There was two new beers from Hometown Brewery.  A New York Lager and a light.  the NY Lager wasn’t bad, but didn’t seem like anything special.  They were available from a couple of different carts around the park. It seems like it might be contract-brewed by the Lion Brewery in Wilkes-Barre, PA.  Which is where the Yankees AAA team plays and is in Pennsylvania, so don’t be too excited by the NY name.


Two new menu items at Blue Smoke.  Chipotle wings are back after a 2010 absence (I learned in 2009 that eating wings in cold weather when your hands are chapped is a bad idea) and also a fried chicken sandwich.

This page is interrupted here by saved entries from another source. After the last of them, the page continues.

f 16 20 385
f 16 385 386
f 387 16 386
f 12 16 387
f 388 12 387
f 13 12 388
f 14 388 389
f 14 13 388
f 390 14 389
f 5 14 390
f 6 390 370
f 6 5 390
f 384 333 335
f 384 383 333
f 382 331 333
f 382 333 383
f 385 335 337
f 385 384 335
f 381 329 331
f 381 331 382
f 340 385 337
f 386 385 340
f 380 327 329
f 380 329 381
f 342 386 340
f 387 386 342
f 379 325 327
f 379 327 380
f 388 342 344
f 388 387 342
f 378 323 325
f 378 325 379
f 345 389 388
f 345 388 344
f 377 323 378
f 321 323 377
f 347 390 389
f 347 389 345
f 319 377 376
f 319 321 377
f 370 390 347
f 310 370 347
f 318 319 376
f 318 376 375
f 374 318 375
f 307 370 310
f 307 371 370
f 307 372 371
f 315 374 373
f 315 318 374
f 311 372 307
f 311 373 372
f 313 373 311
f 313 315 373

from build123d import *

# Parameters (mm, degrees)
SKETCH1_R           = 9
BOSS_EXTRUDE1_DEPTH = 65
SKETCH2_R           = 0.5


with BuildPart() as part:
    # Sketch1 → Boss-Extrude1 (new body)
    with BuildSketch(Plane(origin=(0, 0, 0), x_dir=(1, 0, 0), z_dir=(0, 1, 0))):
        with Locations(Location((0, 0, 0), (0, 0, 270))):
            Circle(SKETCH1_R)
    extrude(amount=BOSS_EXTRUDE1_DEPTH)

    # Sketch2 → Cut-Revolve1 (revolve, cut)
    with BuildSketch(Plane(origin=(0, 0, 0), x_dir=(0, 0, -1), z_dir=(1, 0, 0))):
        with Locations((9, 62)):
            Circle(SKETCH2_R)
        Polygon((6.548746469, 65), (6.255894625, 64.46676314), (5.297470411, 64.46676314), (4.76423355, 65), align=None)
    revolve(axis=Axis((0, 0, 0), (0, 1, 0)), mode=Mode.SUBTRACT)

There’s an organic dark chocolate frozen yogurt bar at the Burgers and Fries concession from Stonyfield, and also a chipwich at the same place.


Box Frites has a sauce, rosemary ranch, which I think is a new choice.


There appears to be knishes available at more locations this year.


There are probably a couple of other changes that I missed, so be on the lookout!


As usual, plenty of advertising  turnover.